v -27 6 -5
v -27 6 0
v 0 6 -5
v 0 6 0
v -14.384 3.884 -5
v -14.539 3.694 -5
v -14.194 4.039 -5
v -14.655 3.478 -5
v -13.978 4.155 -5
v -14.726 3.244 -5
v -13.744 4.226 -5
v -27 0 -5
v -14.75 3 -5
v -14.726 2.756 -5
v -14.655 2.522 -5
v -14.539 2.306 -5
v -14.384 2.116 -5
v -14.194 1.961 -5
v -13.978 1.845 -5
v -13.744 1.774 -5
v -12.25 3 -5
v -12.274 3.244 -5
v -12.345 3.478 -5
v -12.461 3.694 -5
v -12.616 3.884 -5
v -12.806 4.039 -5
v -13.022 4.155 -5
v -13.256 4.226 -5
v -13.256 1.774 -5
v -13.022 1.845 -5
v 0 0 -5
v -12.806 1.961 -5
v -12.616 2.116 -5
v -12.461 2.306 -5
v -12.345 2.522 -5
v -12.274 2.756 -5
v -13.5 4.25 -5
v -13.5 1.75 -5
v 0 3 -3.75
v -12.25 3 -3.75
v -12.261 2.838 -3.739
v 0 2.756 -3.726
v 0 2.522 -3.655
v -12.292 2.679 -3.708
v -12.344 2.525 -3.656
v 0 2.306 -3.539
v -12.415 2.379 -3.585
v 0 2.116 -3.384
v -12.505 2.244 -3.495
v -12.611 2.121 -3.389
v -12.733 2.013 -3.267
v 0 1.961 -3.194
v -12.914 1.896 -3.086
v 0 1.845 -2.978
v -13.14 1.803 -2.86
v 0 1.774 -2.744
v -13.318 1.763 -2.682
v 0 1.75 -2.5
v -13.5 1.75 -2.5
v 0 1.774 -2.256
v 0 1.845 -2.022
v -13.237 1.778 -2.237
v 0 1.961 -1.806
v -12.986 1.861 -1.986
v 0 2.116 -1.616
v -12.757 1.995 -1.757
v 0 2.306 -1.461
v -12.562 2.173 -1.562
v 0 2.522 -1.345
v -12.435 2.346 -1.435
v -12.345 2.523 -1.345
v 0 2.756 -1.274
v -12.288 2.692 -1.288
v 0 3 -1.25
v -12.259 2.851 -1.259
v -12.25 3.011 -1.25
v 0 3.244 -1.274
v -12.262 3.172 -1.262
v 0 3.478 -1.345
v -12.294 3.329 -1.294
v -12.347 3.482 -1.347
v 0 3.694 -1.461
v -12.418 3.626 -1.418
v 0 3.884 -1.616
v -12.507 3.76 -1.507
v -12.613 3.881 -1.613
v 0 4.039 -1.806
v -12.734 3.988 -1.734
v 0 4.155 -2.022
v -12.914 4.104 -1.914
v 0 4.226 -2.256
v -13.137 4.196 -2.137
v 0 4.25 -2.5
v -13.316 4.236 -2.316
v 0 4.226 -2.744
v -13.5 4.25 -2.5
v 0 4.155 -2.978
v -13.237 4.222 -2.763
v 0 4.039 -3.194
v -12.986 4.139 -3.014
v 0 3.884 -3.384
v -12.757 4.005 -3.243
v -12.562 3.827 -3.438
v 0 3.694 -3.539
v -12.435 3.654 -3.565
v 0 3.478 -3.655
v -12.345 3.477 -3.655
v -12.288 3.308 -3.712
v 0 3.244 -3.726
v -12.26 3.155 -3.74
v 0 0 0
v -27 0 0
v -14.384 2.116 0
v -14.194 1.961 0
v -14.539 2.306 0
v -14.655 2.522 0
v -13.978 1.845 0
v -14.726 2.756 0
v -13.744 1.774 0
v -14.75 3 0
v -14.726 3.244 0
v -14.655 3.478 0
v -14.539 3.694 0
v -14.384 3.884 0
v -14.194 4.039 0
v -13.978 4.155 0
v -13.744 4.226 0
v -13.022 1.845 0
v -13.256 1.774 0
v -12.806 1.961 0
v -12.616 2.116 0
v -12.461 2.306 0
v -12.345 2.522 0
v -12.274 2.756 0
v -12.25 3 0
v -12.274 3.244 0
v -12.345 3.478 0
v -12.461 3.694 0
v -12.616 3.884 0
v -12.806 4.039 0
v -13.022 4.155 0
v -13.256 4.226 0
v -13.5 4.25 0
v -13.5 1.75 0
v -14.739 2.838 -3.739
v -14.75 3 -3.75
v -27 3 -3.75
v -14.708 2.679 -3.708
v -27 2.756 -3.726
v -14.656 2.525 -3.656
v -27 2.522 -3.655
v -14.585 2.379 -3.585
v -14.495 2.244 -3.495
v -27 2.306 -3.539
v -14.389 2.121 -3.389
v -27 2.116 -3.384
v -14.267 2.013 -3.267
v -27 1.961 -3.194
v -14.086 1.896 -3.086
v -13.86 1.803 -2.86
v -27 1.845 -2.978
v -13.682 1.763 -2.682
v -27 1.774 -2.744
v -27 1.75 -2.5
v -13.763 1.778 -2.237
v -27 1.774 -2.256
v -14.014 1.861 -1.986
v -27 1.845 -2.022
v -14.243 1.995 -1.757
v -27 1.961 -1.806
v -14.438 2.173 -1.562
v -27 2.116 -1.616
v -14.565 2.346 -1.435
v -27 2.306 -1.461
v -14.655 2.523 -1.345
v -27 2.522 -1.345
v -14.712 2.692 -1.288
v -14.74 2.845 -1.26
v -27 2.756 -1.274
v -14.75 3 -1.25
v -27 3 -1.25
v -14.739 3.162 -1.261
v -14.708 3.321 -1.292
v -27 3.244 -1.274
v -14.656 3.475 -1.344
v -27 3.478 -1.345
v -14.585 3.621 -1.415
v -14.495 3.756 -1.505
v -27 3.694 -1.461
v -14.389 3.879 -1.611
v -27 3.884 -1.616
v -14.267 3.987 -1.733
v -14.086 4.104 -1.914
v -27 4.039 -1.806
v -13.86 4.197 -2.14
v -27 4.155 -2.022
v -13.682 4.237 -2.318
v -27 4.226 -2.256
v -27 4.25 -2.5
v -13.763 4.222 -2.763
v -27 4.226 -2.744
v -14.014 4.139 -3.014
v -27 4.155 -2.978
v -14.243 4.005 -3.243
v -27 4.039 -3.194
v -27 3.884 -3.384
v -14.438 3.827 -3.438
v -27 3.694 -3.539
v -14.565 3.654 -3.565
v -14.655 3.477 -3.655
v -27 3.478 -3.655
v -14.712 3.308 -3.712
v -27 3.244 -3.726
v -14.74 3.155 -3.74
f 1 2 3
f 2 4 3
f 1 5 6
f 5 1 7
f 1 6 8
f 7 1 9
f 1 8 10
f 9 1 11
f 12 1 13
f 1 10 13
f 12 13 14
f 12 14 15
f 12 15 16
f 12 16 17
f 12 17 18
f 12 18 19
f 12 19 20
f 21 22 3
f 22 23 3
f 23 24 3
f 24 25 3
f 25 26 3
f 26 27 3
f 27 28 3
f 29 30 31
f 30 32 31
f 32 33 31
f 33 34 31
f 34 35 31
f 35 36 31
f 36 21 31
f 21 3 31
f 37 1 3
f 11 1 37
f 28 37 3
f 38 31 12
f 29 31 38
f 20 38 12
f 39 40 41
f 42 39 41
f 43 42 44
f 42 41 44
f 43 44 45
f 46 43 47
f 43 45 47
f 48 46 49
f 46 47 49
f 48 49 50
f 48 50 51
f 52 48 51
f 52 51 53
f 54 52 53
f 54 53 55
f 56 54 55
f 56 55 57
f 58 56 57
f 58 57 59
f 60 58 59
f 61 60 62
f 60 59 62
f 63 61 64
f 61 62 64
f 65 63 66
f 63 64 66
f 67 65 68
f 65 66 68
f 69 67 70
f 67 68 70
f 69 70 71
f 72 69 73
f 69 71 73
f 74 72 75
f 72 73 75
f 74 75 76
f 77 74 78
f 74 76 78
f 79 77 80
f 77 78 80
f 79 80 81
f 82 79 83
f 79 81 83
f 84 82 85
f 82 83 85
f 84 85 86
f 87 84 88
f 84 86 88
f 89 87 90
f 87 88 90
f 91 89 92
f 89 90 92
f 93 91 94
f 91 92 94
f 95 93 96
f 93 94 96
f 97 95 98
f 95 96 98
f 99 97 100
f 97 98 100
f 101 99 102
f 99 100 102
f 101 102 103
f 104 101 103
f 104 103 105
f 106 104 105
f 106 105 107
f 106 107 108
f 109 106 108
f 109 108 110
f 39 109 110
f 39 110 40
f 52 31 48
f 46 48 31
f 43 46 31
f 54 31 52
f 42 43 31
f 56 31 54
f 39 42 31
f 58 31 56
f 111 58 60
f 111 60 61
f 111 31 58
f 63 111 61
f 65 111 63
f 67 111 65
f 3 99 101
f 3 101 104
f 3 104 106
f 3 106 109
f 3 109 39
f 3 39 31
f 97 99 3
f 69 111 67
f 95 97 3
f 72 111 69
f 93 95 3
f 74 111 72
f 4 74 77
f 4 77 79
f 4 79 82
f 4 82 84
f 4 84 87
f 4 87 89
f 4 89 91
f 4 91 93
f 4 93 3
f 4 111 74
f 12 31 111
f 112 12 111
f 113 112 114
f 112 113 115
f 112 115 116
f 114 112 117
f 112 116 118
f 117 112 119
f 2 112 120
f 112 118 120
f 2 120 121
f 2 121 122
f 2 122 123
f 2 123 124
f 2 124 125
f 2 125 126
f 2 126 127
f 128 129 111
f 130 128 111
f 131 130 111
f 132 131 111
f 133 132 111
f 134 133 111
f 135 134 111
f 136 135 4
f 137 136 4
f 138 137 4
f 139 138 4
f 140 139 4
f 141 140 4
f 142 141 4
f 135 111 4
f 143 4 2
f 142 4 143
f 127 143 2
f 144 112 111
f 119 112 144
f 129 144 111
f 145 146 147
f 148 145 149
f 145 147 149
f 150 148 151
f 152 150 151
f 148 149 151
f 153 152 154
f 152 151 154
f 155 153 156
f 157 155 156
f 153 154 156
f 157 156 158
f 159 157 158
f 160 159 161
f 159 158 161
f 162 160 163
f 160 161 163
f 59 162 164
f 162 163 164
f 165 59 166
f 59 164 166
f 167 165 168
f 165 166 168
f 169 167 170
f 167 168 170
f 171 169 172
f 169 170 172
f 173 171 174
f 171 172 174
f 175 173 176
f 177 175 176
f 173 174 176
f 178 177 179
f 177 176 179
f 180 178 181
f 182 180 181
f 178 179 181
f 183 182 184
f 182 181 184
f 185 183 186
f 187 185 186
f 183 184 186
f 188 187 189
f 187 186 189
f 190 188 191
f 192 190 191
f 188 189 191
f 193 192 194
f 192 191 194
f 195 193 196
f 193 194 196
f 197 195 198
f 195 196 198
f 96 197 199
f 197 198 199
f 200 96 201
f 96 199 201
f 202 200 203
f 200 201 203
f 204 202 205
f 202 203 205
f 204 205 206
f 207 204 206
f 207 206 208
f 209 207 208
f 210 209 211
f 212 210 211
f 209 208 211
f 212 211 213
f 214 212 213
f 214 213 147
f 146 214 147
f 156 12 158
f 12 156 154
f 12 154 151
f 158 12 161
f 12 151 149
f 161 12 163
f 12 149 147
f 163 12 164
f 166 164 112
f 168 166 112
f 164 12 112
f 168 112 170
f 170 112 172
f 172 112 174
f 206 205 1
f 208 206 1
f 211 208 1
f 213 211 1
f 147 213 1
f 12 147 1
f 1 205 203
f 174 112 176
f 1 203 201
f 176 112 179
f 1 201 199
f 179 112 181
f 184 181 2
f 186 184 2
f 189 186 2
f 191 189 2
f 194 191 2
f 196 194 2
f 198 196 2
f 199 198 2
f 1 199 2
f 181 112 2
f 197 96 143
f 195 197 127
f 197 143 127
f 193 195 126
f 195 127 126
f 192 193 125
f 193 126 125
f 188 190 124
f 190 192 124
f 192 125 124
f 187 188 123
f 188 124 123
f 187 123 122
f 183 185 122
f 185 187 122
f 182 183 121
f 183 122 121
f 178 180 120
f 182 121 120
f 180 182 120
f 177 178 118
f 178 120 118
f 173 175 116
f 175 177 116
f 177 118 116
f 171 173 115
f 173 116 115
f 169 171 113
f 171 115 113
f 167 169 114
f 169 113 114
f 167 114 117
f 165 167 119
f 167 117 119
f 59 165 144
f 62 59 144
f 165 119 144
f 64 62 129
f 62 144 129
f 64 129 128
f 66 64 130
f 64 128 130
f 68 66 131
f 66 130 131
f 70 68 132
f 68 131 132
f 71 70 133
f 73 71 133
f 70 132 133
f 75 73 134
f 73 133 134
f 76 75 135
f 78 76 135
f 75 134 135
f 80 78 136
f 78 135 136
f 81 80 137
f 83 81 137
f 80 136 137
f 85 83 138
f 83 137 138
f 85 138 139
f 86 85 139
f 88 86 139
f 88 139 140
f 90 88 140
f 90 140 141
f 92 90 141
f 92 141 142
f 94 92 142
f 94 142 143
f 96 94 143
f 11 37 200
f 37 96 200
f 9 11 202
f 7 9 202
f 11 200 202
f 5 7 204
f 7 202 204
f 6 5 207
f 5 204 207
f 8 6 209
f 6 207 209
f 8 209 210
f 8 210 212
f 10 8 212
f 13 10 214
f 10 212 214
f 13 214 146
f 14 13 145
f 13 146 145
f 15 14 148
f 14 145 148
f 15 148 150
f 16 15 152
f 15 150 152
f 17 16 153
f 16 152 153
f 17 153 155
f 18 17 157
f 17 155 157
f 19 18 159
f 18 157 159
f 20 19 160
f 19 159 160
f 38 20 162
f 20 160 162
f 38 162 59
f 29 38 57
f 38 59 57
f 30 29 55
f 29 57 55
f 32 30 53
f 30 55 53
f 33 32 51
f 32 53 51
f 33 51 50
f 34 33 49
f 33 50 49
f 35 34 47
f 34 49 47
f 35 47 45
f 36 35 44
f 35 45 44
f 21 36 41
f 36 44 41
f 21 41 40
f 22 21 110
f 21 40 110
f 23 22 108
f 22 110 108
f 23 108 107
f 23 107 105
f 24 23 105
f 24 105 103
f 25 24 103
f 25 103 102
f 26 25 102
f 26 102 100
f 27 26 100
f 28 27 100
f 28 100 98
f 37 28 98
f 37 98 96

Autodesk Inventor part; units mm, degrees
ref_plane "YZ Plane" through (0, 0, 0) normal (1, 0, 0) x (0, 1, 0)
ref_plane "XZ Plane" through (0, 0, 0) normal (0, 1, 0) x (-1, 0, 0)
sketch "スケッチ1" plane through (0, 0, 0) normal (1, 0, 0) x (0, 1, 0)
  line L0 (0, 0) -> (6, 0)
  line L1 (6, 0) -> (6, -5)
  line L2 (6, -5) -> (0, -5)
  line L3 (0, -5) -> (0, 0)
  point P0 (3, -2.5)
  dimension "d0" = 6
  dimension "d1" = 5
  dimension "d2" = 3
  dimension "d3" = 2.5
extrude "押し出し1" add sketch "スケッチ1" against normal blind 27
ref_plane "作業平面1" through (-29.5, 0, 0) normal (1, 0, 0) x (0, 0, -1)
hole "穴1" at (0, 3, -2.5) direction (-1, 0, 0) diameter 2.5 end through all
sketch "スケッチ3" plane through (0, 0, -5) normal (0, 0, -1) x (-1, 0, 0)
  line L0 (0, 0) -> (27, 0) projected
  line L1 (0, 0) -> (0, 6) projected
  point P0 (13.5, 3)
  dimension "d19" = 3
  dimension "d20" = 13.5
hole "穴2" at (-13.5, 3, -5) direction (0, 0, 1) diameter 2.5 end through all
properties part number "belt_liner_v5_Plate_9" material "アルミニウム 6061"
- - - -
Only one stretch of the entries above is wanted: the lines from the one containing "f 99 97 100" through the one containing "f 190 188 191". Please reproduce it exactly.

- Result -
f 99 97 100
f 97 98 100
f 101 99 102
f 99 100 102
f 101 102 103
f 104 101 103
f 104 103 105
f 106 104 105
f 106 105 107
f 106 107 108
f 109 106 108
f 109 108 110
f 39 109 110
f 39 110 40
f 52 31 48
f 46 48 31
f 43 46 31
f 54 31 52
f 42 43 31
f 56 31 54
f 39 42 31
f 58 31 56
f 111 58 60
f 111 60 61
f 111 31 58
f 63 111 61
f 65 111 63
f 67 111 65
f 3 99 101
f 3 101 104
f 3 104 106
f 3 106 109
f 3 109 39
f 3 39 31
f 97 99 3
f 69 111 67
f 95 97 3
f 72 111 69
f 93 95 3
f 74 111 72
f 4 74 77
f 4 77 79
f 4 79 82
f 4 82 84
f 4 84 87
f 4 87 89
f 4 89 91
f 4 91 93
f 4 93 3
f 4 111 74
f 12 31 111
f 112 12 111
f 113 112 114
f 112 113 115
f 112 115 116
f 114 112 117
f 112 116 118
f 117 112 119
f 2 112 120
f 112 118 120
f 2 120 121
f 2 121 122
f 2 122 123
f 2 123 124
f 2 124 125
f 2 125 126
f 2 126 127
f 128 129 111
f 130 128 111
f 131 130 111
f 132 131 111
f 133 132 111
f 134 133 111
f 135 134 111
f 136 135 4
f 137 136 4
f 138 137 4
f 139 138 4
f 140 139 4
f 141 140 4
f 142 141 4
f 135 111 4
f 143 4 2
f 142 4 143
f 127 143 2
f 144 112 111
f 119 112 144
f 129 144 111
f 145 146 147
f 148 145 149
f 145 147 149
f 150 148 151
f 152 150 151
f 148 149 151
f 153 152 154
f 152 151 154
f 155 153 156
f 157 155 156
f 153 154 156
f 157 156 158
f 159 157 158
f 160 159 161
f 159 158 161
f 162 160 163
f 160 161 163
f 59 162 164
f 162 163 164
f 165 59 166
f 59 164 166
f 167 165 168
f 165 166 168
f 169 167 170
f 167 168 170
f 171 169 172
f 169 170 172
f 173 171 174
f 171 172 174
f 175 173 176
f 177 175 176
f 173 174 176
f 178 177 179
f 177 176 179
f 180 178 181
f 182 180 181
f 178 179 181
f 183 182 184
f 182 181 184
f 185 183 186
f 187 185 186
f 183 184 186
f 188 187 189
f 187 186 189
f 190 188 191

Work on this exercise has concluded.